▶ **BRIEF**: Your task is to copy the stretch of lines in the records below that begins with the line containing "f 574 15 575" and ends with the line containing "f 521 507 508", exactly as written, with nothing added.

▶ **SOURCE DATA**:
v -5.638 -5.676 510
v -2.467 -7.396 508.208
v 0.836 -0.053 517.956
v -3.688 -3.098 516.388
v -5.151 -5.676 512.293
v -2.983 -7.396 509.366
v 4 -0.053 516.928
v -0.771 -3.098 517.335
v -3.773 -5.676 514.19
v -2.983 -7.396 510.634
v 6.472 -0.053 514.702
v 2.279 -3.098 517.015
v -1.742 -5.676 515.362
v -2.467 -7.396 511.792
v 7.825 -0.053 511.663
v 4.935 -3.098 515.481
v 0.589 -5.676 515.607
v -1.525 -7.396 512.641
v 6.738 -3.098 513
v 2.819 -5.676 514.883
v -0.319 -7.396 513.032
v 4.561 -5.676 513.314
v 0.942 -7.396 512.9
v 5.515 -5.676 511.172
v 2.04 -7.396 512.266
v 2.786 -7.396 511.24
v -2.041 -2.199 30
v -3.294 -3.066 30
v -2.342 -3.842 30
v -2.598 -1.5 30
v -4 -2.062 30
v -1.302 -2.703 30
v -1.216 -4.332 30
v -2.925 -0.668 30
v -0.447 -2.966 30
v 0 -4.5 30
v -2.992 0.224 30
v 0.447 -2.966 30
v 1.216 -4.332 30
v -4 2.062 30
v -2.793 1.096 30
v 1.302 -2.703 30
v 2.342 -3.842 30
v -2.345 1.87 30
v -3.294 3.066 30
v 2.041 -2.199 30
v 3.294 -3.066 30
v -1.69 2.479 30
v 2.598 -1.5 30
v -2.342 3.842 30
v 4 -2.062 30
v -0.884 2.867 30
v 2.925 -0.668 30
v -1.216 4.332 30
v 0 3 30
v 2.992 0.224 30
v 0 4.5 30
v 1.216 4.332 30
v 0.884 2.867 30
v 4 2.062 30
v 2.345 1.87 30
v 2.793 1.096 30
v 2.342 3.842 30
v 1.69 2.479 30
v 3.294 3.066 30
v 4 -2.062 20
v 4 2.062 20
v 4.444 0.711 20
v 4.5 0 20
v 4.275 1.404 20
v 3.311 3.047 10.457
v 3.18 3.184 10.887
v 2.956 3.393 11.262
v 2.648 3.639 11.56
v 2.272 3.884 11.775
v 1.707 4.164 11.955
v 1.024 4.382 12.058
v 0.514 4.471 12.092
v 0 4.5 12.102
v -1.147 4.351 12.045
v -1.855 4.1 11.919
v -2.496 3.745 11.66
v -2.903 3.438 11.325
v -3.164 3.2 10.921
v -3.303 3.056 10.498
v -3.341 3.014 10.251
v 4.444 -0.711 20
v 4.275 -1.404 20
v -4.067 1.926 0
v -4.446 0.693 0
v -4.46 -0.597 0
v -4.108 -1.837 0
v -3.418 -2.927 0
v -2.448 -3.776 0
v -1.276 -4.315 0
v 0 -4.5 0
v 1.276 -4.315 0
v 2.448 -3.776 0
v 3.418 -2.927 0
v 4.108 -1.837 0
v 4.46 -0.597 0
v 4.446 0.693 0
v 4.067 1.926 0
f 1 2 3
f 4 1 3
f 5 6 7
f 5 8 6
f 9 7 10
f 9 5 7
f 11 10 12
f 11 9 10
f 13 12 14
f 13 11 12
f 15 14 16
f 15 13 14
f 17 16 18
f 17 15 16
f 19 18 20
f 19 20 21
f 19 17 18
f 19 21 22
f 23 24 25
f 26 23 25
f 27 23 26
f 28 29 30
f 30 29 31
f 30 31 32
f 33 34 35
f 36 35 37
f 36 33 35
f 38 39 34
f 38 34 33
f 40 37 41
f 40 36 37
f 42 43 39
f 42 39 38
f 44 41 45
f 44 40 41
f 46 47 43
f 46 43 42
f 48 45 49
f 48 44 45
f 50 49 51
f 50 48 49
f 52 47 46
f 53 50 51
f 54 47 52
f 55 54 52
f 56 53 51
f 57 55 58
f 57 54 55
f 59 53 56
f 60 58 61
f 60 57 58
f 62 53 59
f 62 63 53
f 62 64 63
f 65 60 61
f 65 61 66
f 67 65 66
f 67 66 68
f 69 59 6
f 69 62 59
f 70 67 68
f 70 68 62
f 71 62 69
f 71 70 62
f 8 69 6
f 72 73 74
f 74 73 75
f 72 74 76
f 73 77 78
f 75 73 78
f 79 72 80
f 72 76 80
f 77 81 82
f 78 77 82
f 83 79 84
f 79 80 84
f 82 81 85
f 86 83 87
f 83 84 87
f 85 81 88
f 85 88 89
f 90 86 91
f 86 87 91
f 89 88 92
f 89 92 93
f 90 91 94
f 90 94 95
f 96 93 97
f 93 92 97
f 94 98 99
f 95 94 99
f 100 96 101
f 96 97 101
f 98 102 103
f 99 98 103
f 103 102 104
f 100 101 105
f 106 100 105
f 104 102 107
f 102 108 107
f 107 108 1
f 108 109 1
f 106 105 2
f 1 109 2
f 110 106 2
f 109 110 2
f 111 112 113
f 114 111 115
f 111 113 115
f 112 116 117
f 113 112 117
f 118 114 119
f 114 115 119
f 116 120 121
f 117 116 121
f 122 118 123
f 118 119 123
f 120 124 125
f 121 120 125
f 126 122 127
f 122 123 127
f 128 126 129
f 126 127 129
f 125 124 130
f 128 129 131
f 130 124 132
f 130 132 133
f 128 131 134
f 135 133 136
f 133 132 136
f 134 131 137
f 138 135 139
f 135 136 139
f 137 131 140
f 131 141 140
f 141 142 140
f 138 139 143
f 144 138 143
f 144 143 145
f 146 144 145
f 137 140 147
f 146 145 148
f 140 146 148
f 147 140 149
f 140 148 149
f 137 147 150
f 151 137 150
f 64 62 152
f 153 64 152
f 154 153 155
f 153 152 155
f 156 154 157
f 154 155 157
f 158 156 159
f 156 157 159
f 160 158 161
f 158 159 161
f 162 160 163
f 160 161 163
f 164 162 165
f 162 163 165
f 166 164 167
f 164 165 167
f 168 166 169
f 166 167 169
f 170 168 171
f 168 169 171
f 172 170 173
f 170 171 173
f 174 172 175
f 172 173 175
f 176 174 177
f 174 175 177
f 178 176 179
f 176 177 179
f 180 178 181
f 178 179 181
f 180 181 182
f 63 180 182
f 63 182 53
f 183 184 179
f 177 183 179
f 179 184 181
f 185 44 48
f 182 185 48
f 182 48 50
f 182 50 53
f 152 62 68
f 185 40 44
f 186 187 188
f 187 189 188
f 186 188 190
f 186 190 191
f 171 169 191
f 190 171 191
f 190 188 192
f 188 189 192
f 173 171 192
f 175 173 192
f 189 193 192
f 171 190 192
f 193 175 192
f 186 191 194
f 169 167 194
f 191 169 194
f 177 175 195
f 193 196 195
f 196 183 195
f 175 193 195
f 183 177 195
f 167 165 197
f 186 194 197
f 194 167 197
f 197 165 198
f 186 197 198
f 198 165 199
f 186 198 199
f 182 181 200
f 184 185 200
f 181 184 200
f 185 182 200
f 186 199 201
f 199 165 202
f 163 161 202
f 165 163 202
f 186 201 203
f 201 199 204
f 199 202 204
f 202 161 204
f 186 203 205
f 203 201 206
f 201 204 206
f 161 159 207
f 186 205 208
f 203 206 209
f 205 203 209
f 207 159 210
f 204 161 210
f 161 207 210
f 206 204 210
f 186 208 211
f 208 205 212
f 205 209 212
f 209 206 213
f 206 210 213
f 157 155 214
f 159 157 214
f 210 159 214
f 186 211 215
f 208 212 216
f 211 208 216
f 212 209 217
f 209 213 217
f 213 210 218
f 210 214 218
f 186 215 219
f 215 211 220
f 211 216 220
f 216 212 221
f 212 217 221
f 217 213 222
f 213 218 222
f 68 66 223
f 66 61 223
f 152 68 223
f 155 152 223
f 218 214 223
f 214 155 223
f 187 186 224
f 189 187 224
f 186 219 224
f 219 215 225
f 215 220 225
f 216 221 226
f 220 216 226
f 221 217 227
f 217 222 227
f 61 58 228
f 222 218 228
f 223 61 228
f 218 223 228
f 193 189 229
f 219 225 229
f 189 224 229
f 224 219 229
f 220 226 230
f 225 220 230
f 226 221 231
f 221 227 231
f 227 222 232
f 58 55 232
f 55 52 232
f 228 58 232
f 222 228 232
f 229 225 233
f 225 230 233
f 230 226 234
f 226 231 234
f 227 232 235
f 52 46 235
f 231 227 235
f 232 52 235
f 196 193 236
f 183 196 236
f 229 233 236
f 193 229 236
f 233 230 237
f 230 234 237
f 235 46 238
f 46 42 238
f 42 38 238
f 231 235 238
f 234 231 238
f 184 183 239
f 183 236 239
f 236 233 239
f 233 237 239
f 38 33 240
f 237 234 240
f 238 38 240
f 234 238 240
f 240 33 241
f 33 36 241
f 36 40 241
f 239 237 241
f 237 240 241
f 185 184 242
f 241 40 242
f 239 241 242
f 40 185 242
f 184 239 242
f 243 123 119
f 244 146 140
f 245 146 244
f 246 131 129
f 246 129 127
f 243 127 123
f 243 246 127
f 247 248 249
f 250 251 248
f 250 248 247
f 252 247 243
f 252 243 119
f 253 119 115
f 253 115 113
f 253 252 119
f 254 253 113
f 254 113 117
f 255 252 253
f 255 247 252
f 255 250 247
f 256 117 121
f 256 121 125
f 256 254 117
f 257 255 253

* * *

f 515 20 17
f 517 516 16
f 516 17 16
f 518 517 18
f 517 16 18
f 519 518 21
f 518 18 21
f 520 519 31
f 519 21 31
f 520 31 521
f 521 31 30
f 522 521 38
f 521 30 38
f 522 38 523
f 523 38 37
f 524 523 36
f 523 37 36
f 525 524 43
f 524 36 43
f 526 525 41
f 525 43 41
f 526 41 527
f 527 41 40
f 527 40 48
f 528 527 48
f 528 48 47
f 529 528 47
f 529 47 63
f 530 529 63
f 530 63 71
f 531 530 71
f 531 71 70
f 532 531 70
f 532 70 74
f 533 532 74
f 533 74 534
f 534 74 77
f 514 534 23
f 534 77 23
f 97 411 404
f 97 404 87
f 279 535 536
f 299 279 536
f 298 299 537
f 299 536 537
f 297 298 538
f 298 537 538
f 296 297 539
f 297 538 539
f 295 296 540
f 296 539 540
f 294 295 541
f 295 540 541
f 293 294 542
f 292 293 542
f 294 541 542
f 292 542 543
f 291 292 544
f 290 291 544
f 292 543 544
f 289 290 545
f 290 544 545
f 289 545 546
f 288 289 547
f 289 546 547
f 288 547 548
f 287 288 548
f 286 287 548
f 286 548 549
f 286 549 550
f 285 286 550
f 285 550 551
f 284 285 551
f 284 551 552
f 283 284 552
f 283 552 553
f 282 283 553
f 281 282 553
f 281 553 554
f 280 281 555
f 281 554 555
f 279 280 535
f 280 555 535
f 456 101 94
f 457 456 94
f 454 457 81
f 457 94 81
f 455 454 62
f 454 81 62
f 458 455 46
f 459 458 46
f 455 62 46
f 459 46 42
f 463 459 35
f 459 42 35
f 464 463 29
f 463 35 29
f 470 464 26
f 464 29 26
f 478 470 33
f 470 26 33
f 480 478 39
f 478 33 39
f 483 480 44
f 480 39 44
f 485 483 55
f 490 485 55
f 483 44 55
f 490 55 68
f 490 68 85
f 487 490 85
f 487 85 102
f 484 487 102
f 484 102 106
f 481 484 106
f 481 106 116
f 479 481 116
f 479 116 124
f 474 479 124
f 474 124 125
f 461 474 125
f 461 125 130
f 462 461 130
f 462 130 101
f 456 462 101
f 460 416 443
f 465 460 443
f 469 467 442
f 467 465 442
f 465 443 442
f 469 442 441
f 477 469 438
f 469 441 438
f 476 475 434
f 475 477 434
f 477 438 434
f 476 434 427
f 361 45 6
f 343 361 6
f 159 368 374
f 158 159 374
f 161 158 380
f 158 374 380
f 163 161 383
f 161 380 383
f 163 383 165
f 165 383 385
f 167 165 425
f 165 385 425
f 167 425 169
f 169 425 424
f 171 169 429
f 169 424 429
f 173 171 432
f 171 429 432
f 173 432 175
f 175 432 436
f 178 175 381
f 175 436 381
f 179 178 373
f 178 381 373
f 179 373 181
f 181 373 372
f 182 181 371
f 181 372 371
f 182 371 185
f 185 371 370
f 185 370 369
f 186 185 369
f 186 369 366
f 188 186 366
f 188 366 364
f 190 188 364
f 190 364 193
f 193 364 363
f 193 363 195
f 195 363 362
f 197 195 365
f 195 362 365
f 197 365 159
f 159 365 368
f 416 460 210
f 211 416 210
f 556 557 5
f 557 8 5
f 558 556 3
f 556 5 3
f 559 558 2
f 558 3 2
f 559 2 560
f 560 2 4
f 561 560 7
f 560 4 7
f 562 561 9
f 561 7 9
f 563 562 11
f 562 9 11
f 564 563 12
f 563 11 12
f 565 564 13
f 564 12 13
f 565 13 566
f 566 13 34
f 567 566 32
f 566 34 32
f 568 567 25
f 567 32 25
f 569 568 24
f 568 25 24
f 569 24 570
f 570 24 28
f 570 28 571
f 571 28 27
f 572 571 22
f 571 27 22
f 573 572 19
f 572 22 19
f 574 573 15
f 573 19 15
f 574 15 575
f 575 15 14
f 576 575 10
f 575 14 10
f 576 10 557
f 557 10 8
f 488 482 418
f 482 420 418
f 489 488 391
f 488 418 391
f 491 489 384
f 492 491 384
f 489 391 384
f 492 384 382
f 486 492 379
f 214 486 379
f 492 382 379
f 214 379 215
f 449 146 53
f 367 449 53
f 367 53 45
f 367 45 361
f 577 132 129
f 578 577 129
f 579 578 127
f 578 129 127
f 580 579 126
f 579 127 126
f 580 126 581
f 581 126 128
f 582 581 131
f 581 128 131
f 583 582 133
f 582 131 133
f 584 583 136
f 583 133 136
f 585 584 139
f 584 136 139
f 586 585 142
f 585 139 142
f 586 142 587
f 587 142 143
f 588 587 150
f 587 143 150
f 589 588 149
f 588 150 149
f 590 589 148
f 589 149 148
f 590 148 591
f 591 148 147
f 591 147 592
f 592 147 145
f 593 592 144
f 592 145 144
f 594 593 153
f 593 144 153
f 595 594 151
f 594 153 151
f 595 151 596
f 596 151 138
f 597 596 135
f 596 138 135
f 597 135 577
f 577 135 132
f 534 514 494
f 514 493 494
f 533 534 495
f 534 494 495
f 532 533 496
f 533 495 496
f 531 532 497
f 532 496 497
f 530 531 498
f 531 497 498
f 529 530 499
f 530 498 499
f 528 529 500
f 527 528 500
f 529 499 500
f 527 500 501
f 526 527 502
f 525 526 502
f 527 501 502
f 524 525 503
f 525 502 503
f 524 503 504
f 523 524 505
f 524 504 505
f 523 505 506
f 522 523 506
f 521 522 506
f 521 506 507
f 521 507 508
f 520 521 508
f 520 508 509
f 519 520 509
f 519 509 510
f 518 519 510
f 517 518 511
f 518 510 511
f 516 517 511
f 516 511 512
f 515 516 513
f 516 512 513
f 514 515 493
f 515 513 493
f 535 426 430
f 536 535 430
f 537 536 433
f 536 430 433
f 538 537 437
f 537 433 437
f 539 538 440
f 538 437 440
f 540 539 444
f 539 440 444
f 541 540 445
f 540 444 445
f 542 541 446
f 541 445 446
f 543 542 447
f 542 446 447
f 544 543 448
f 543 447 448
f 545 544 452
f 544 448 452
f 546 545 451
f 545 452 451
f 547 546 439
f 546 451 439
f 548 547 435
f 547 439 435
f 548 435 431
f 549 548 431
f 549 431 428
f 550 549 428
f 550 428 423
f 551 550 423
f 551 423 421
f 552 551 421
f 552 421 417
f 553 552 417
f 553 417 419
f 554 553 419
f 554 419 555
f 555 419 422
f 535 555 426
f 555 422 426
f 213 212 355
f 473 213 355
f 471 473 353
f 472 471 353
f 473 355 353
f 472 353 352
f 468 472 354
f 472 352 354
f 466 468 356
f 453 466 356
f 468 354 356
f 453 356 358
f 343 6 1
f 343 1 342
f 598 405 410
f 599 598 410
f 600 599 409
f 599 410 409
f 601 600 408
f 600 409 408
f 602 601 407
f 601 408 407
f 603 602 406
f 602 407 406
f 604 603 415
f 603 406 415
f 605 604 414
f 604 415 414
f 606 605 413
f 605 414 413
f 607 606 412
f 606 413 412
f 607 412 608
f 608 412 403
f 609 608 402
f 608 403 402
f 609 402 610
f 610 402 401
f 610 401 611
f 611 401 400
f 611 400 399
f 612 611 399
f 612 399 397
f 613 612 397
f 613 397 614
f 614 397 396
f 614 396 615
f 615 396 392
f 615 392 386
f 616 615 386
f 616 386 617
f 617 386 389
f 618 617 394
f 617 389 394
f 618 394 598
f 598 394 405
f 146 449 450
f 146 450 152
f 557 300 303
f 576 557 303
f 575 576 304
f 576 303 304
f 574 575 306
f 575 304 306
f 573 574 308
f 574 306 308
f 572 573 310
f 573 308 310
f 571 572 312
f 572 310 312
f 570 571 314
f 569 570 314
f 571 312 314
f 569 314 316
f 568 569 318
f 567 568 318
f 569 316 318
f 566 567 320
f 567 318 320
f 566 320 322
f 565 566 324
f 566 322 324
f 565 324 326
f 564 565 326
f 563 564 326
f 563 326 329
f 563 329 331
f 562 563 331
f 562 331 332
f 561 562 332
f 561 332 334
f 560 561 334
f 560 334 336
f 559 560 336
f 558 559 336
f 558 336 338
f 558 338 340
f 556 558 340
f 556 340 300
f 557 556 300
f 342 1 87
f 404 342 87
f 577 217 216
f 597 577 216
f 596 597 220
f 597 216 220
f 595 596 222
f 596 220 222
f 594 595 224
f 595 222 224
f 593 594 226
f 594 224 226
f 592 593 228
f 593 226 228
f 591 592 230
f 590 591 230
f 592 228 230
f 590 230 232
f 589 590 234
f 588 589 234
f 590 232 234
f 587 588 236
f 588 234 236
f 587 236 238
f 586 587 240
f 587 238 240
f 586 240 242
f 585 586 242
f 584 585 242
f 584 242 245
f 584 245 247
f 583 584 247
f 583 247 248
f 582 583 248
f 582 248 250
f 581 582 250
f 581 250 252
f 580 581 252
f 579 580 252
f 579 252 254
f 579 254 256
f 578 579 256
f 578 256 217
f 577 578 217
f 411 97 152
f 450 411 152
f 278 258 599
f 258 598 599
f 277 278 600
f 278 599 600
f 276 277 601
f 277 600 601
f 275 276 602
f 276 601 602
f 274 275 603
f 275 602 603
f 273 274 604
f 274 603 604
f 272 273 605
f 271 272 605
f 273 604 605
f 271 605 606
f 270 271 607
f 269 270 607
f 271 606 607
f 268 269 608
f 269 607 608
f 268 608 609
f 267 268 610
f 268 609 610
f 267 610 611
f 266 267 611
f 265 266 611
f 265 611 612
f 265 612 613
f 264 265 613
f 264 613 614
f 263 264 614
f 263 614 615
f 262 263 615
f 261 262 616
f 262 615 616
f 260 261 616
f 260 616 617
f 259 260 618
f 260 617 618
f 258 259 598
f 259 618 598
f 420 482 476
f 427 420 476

▶ **EXERCISE OUTPUT**:
f 574 15 575
f 575 15 14
f 576 575 10
f 575 14 10
f 576 10 557
f 557 10 8
f 488 482 418
f 482 420 418
f 489 488 391
f 488 418 391
f 491 489 384
f 492 491 384
f 489 391 384
f 492 384 382
f 486 492 379
f 214 486 379
f 492 382 379
f 214 379 215
f 449 146 53
f 367 449 53
f 367 53 45
f 367 45 361
f 577 132 129
f 578 577 129
f 579 578 127
f 578 129 127
f 580 579 126
f 579 127 126
f 580 126 581
f 581 126 128
f 582 581 131
f 581 128 131
f 583 582 133
f 582 131 133
f 584 583 136
f 583 133 136
f 585 584 139
f 584 136 139
f 586 585 142
f 585 139 142
f 586 142 587
f 587 142 143
f 588 587 150
f 587 143 150
f 589 588 149
f 588 150 149
f 590 589 148
f 589 149 148
f 590 148 591
f 591 148 147
f 591 147 592
f 592 147 145
f 593 592 144
f 592 145 144
f 594 593 153
f 593 144 153
f 595 594 151
f 594 153 151
f 595 151 596
f 596 151 138
f 597 596 135
f 596 138 135
f 597 135 577
f 577 135 132
f 534 514 494
f 514 493 494
f 533 534 495
f 534 494 495
f 532 533 496
f 533 495 496
f 531 532 497
f 532 496 497
f 530 531 498
f 531 497 498
f 529 530 499
f 530 498 499
f 528 529 500
f 527 528 500
f 529 499 500
f 527 500 501
f 526 527 502
f 525 526 502
f 527 501 502
f 524 525 503
f 525 502 503
f 524 503 504
f 523 524 505
f 524 504 505
f 523 505 506
f 522 523 506
f 521 522 506
f 521 506 507
f 521 507 508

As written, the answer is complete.